Sorry for taking so long to get to this @JuliaN - I was sick last week.

I think this difference is due to the files for dates prior to 2000, which you are including when using Intake-ESM, but not when you open directly with xr.open_mfdataset. Are these files formatted differently that the later dates?

If I restrict the Intake-esm approach to files post 2000, I can run your analysis without issue:

esmds = intake.open_esm_datastore("~/catalog/panant.json", columns_with_iterables=["variable"])

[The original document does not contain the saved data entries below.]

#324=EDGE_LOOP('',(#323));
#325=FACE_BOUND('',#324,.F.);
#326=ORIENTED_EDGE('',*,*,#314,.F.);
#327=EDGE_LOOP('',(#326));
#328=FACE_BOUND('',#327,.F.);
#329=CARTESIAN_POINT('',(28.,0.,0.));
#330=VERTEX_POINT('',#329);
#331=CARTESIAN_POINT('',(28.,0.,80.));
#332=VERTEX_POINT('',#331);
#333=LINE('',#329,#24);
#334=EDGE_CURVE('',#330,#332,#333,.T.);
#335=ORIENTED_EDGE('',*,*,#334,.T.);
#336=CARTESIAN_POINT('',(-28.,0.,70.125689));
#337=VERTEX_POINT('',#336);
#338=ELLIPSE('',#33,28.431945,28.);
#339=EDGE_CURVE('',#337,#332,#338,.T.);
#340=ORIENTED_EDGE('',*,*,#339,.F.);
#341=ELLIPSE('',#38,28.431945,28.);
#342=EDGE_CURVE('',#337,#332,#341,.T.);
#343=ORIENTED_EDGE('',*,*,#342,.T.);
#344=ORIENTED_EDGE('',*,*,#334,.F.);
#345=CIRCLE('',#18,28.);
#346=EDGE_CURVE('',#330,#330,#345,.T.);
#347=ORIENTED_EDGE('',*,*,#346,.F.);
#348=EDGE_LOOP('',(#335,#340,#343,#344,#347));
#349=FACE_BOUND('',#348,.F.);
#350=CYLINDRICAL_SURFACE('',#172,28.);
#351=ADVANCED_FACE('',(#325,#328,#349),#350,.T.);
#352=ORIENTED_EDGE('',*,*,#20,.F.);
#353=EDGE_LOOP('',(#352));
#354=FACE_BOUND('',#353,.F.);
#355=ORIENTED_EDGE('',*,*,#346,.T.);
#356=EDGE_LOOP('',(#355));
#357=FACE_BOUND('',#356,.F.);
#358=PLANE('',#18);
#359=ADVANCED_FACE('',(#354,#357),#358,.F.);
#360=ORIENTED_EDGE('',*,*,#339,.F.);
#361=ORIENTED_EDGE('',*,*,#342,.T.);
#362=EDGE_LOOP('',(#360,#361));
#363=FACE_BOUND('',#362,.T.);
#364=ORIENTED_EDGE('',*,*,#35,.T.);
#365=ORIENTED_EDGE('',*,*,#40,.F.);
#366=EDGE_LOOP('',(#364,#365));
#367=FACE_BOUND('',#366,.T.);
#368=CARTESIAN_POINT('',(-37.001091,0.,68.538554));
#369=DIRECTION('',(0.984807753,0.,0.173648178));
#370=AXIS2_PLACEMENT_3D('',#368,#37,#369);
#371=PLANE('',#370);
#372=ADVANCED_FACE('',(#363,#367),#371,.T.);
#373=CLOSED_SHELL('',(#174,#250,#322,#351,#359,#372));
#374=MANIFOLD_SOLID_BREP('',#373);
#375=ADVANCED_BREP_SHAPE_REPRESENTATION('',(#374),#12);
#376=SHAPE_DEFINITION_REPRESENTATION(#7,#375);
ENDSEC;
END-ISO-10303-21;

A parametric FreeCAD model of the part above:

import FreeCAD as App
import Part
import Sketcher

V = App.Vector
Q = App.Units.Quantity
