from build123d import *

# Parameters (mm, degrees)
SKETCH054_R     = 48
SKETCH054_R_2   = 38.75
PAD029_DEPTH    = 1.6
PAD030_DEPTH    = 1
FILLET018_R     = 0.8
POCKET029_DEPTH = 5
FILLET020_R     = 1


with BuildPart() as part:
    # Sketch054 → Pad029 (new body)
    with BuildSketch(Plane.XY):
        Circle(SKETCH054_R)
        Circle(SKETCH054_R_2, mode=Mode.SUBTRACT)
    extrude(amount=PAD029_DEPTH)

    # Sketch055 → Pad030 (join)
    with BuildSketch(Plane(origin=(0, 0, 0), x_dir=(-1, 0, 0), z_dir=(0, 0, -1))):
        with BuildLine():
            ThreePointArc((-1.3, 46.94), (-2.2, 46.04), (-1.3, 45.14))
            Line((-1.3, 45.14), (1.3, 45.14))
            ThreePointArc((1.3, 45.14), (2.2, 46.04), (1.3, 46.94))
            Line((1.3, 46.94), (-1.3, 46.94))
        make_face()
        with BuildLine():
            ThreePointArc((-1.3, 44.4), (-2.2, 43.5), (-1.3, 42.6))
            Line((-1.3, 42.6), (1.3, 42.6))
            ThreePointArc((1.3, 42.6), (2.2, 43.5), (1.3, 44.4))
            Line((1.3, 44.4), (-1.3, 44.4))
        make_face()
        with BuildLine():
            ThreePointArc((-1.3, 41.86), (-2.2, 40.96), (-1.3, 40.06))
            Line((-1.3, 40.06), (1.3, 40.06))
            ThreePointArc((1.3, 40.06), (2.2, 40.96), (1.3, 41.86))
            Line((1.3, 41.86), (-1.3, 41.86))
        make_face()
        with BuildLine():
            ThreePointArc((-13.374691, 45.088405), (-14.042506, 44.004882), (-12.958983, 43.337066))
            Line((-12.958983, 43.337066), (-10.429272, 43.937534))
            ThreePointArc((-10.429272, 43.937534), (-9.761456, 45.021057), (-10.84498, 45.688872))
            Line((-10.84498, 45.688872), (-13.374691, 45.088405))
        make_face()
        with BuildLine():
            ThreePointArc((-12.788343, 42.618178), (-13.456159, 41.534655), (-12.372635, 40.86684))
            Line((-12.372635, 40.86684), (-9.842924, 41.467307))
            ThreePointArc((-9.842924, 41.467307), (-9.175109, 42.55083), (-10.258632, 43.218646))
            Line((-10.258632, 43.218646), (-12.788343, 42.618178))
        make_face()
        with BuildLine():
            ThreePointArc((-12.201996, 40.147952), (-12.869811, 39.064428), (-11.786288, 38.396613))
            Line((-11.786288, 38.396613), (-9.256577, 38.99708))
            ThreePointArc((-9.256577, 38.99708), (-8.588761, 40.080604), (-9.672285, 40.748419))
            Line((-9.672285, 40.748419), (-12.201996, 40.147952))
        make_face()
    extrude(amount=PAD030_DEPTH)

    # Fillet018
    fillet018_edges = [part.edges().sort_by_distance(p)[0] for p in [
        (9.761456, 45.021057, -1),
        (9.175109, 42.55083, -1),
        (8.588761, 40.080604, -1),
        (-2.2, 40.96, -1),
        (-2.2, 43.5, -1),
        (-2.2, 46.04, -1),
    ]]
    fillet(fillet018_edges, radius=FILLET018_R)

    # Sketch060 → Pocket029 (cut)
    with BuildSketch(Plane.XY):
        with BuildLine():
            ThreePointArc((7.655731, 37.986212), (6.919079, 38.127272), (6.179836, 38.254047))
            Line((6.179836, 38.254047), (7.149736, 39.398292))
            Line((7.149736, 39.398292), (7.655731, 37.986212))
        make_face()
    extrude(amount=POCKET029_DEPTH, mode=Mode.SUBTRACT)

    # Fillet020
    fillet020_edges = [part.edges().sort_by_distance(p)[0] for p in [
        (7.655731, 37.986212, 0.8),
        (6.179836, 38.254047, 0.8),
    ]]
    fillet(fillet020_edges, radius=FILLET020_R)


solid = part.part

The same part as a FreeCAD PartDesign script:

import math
import FreeCAD as App
import Part
import Sketcher
Q = App.Units.Quantity


def edges_at(feature, points):
    """Names of the edges that pass closest to the given points."""
    edges = feature.Shape.Edges
    near = lambda p: min(range(len(edges)), key=lambda i: edges[i].distToShape(Part.Vertex(*p))[0])
    return sorted({f"Edge{near(p) + 1}" for p in points})

doc = App.newDocument("Part")
body = doc.addObject("PartDesign::Body", "Body")

# Sketch on XY plane
sketch1 = body.newObject("Sketcher::SketchObject", "Sketch")
sketch1.AttachmentSupport = (doc.getObject("XY_Plane"), [""])
sketch1.MapMode = "FlatFace"
sketch1.addGeometry([
    Part.Circle(App.Vector(0, 0, 0), App.Vector(0, 0, 1), 48),
    Part.Circle(App.Vector(0, 0, 0), App.Vector(0, 0, 1), 39),
], False)
sketch1.addConstraint([
    Sketcher.Constraint("Coincident", 0, 3, -1, 1),
    Sketcher.Constraint("Coincident", 1, 3, -1, 1),
    Sketcher.Constraint("Diameter", 0, Q("96 mm")),
    Sketcher.Constraint("Diameter", 1, Q("77.5 mm")),
])
pad1 = body.newObject("PartDesign::Pad", "Pad")
pad1.Profile = sketch1
pad1.Length = 1.6

# Sketch on XY plane
sketch2 = body.newObject("Sketcher::SketchObject", "Sketch001")
sketch2.AttachmentSupport = (doc.getObject("XY_Plane"), [""])
sketch2.MapMode = "FlatFace"
sketch2.addGeometry([
    Part.ArcOfCircle(Part.Circle(App.Vector(1.3, 46, 0), App.Vector(0, 0, 1), 0.9), math.radians(-90), math.radians(90)),  # 0
    Part.LineSegment(App.Vector(1.3, 45.1, 0), App.Vector(-1.3, 45.1, 0)),  # 1
    Part.ArcOfCircle(Part.Circle(App.Vector(-1.3, 46, 0), App.Vector(0, 0, 1), 0.9), math.radians(90), math.radians(270)),  # 2
    Part.LineSegment(App.Vector(-1.3, 46.9, 0), App.Vector(1.3, 46.9, 0)),  # 3
    Part.ArcOfCircle(Part.Circle(App.Vector(1.3, 43.5, 0), App.Vector(0, 0, 1), 0.9), math.radians(-90), math.radians(90)),  # 4
    Part.LineSegment(App.Vector(1.3, 42.6, 0), App.Vector(-1.3, 42.6, 0)),  # 5
    Part.ArcOfCircle(Part.Circle(App.Vector(-1.3, 43.5, 0), App.Vector(0, 0, 1), 0.9), math.radians(90), math.radians(270)),  # 6
    Part.LineSegment(App.Vector(-1.3, 44.4, 0), App.Vector(1.3, 44.4, 0)),  # 7
    Part.ArcOfCircle(Part.Circle(App.Vector(1.3, 41, 0), App.Vector(0, 0, 1), 0.9), math.radians(-90), math.radians(90)),  # 8
    Part.LineSegment(App.Vector(1.3, 40.1, 0), App.Vector(-1.3, 40.1, 0)),  # 9
    Part.ArcOfCircle(Part.Circle(App.Vector(-1.3, 41, 0), App.Vector(0, 0, 1), 0.9), math.radians(90), math.radians(270)),  # 10
    Part.LineSegment(App.Vector(-1.3, 41.9, 0), App.Vector(1.3, 41.9, 0)),  # 11
    Part.ArcOfCircle(Part.Circle(App.Vector(13.2, 44.2, 0), App.Vector(0, 0, 1), 0.9), math.radians(-103), math.radians(77)),  # 12
    Part.LineSegment(App.Vector(13, 43.3, 0), App.Vector(10.4, 43.9, 0)),  # 13
    Part.ArcOfCircle(Part.Circle(App.Vector(10.6, 44.8, 0), App.Vector(0, 0, 1), 0.9), math.radians(77), math.radians(257)),  # 14
    Part.LineSegment(App.Vector(10.8, 45.7, 0), App.Vector(13.4, 45.1, 0)),  # 15
    Part.ArcOfCircle(Part.Circle(App.Vector(12.6, 41.7, 0), App.Vector(0, 0, 1), 0.9), math.radians(-103), math.radians(77)),  # 16
    Part.LineSegment(App.Vector(12.4, 40.9, 0), App.Vector(9.8, 41.5, 0)),  # 17
    Part.ArcOfCircle(Part.Circle(App.Vector(10.1, 42.3, 0), App.Vector(0, 0, 1), 0.9), math.radians(77), math.radians(257)),  # 18
    Part.LineSegment(App.Vector(10.3, 43.2, 0), App.Vector(12.8, 42.6, 0)),  # 19
    Part.ArcOfCircle(Part.Circle(App.Vector(12, 39.3, 0), App.Vector(0, 0, 1), 0.9), math.radians(-103), math.radians(77)),  # 20
    Part.LineSegment(App.Vector(11.8, 38.4, 0), App.Vector(9.3, 39, 0)),  # 21
    Part.ArcOfCircle(Part.Circle(App.Vector(9.5, 39.9, 0), App.Vector(0, 0, 1), 0.9), math.radians(77), math.radians(257)),  # 22
    Part.LineSegment(App.Vector(9.7, 40.7, 0), App.Vector(12.2, 40.1, 0)),  # 23
], False)
sketch2.addConstraint([
    Sketcher.Constraint("Tangent", 0, 1, 1, 1),
    Sketcher.Constraint("Tangent", 1, 2, 2, 2),
    Sketcher.Constraint("Tangent", 2, 1, 3, 1),
    Sketcher.Constraint("Tangent", 3, 2, 0, 2),
    Sketcher.Constraint("Tangent", 4, 1, 5, 1),
    Sketcher.Constraint("Tangent", 5, 2, 6, 2),
    Sketcher.Constraint("Tangent", 6, 1, 7, 1),
    Sketcher.Constraint("Tangent", 7, 2, 4, 2),
    Sketcher.Constraint("Tangent", 8, 1, 9, 1),
    Sketcher.Constraint("Tangent", 9, 2, 10, 2),
    Sketcher.Constraint("Tangent", 10, 1, 11, 1),
    Sketcher.Constraint("Tangent", 11, 2, 8, 2),
    Sketcher.Constraint("Tangent", 12, 1, 13, 1),
    Sketcher.Constraint("Tangent", 13, 2, 14, 2),
    Sketcher.Constraint("Tangent", 14, 1, 15, 1),
    Sketcher.Constraint("Tangent", 15, 2, 12, 2),
    Sketcher.Constraint("Tangent", 16, 1, 17, 1),
    Sketcher.Constraint("Tangent", 17, 2, 18, 2),
    Sketcher.Constraint("Tangent", 18, 1, 19, 1),
    Sketcher.Constraint("Tangent", 19, 2, 16, 2),
    Sketcher.Constraint("Tangent", 20, 1, 21, 1),
    Sketcher.Constraint("Tangent", 21, 2, 22, 2),
    Sketcher.Constraint("Tangent", 22, 1, 23, 1),
    Sketcher.Constraint("Tangent", 23, 2, 20, 2),
    Sketcher.Constraint("Horizontal", 1),
    Sketcher.Constraint("Horizontal", 3),
    Sketcher.Constraint("Horizontal", 5),
    Sketcher.Constraint("Horizontal", 7),
    Sketcher.Constraint("Horizontal", 9),
    Sketcher.Constraint("Horizontal", 11),
    Sketcher.Constraint("Equal", 2, 4),
    Sketcher.Constraint("Equal", 6, 8),
    Sketcher.Constraint("Equal", 10, 12),
    Sketcher.Constraint("Equal", 12, 14),
    Sketcher.Constraint("Equal", 14, 16),
    Sketcher.Constraint("Equal", 16, 18),
    Sketcher.Constraint("Equal", 18, 20),
    Sketcher.Constraint("Equal", 20, 22),
    Sketcher.Constraint("Parallel", 15, 17),
    Sketcher.Constraint("Parallel", 19, 21),
    Sketcher.Constraint("Vertical", 0, 3, 4, 3),
    Sketcher.Constraint("Vertical", 2, 3, 6, 3),
    Sketcher.Constraint("Vertical", 4, 3, 8, 3),
    Sketcher.Constraint("Vertical", 6, 3, 10, 3),
    Sketcher.Constraint("Equal", 15, 17),
    Sketcher.Constraint("Equal", 19, 21),
    Sketcher.Constraint("Radius", 0, Q("0.9 mm")),
    Sketcher.Constraint("DistanceX", 1, 2, 1, 1, Q("2.6 mm")),
    Sketcher.Constraint("Distance", 13, Q("2.6 mm")),
    Sketcher.Constraint("DistanceX", -1, 1, 0, 3, Q("1.3 mm")),
    Sketcher.Constraint("DistanceY", -1, 1, 4, 3, Q("43.5 mm")),
    Sketcher.Constraint("DistanceY", -1, 1, 0, 3, Q("46.04 mm")),
    Sketcher.Constraint("DistanceY", -1, 1, 8, 3, Q("40.96 mm")),
    Sketcher.Constraint("DistanceY", 13, 2, 12, 3, Q("0.275202 mm")),
    Sketcher.Constraint("DistanceX", 18, 3, 14, 1, Q("0.794201 mm")),
    Sketcher.Constraint("DistanceX", 20, 1, 16, 3, Q("0.794202 mm")),
    Sketcher.Constraint("DistanceX", -1, 1, 16, 3, Q("12.58049 mm")),
    Sketcher.Constraint("DistanceY", -1, 1, 16, 3, Q("41.742509 mm")),
    Sketcher.Constraint("DistanceY", -1, 1, 22, 3, Q("39.87275 mm")),
    Sketcher.Constraint("DistanceY", 18, 3, 12, 3, Q("1.869759 mm")),
])
pad2 = body.newObject("PartDesign::Pad", "Pad001")
pad2.Profile = sketch2
pad2.Length = 1
pad2.Reversed = True
doc.recompute()

fillet = body.newObject("PartDesign::Fillet", "Fillet")
fillet.Base = (pad2, edges_at(pad2, [
    (9.761, 45.021, -1),
    (9.175, 42.551, -1),
    (8.589, 40.081, -1),
    (-2.2, 40.96, -1),
    (-2.2, 43.5, -1),
    (-2.2, 46.04, -1),
]))
fillet.Radius = 0.8

# Sketch on XY plane
sketch3 = body.newObject("Sketcher::SketchObject", "Sketch002")
sketch3.AttachmentSupport = (doc.getObject("XY_Plane"), [""])
sketch3.MapMode = "FlatFace"
sketch3.addGeometry([
    Part.ArcOfCircle(Part.Circle(App.Vector(0, 0, 0), App.Vector(0, 0, 1), 38.7), math.radians(78.61), math.radians(80.82)),
    Part.LineSegment(App.Vector(7.7, 38, 0), App.Vector(7.1, 39.4, 0)),
    Part.LineSegment(App.Vector(7.1, 39.4, 0), App.Vector(6.2, 38.3, 0)),
], False)
sketch3.addConstraint([
    Sketcher.Constraint("Coincident", 0, 1, 1, 1),
    Sketcher.Constraint("Coincident", 1, 2, 2, 1),
    Sketcher.Constraint("Coincident", 2, 2, 0, 2),
    Sketcher.Constraint("Equal", 1, 2),
    Sketcher.Constraint("Distance", 1, Q("1.5 mm")),
    Sketcher.Constraint("Radius", 0, Q("38.748464 mm")),
    Sketcher.Constraint("DistanceY", 0, 3, 0, 1, Q("37.984702 mm")),
    Sketcher.Constraint("DistanceX", 2, 2, 1, 2, Q("0.9699 mm")),
    Sketcher.Constraint("DistanceY", -1, 1, 0, 3, Q("0.00151 mm")),
    Sketcher.Constraint("DistanceX", -1, 1, 0, 1, Q("7.655731 mm")),
])
pocket1 = body.newObject("PartDesign::Pocket", "Pocket")
pocket1.Profile = sketch3
pocket1.Length = 5
pocket1.Reversed = True
doc.recompute()

fillet2 = body.newObject("PartDesign::Fillet", "Fillet001")
fillet2.Base = (pocket1, edges_at(pocket1, [(7.656, 37.986, 0.8), (6.18, 38.254, 0.8)]))
fillet2.Radius = 1

doc.recompute()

shelf_mask = xr.open_dataset('/g/data/ik11/grids/Antarctic_slope_contour_1000m_MOM6_005deg.nc')['contour_masked_above']
area = esmds.search(variable='areacello', path=[".*output021.*"]).to_dask()['areacello']

def preprocess(ds):
    return ds.sel(yh=shelf_mask['yh'], z_l=slice(None,500))


ds = esmds.search(
    variable=["thetao", "volcello"],
    frequency="1mon",
    filename=".*ocean_month_z",
    start_date="^2.*" # 2000s+ - this will be easier/nicer when date-based searching is implemented
).to_dask(
    xarray_open_kwargs=dict(
        chunks="auto"
    ),
    preprocess=preprocess
)

temp = ds['thetao']
volc = ds['volcello']
thik = ds['volcello']/area

temp.isel(z_l=0, time=0).where(shelf_mask==0).plot()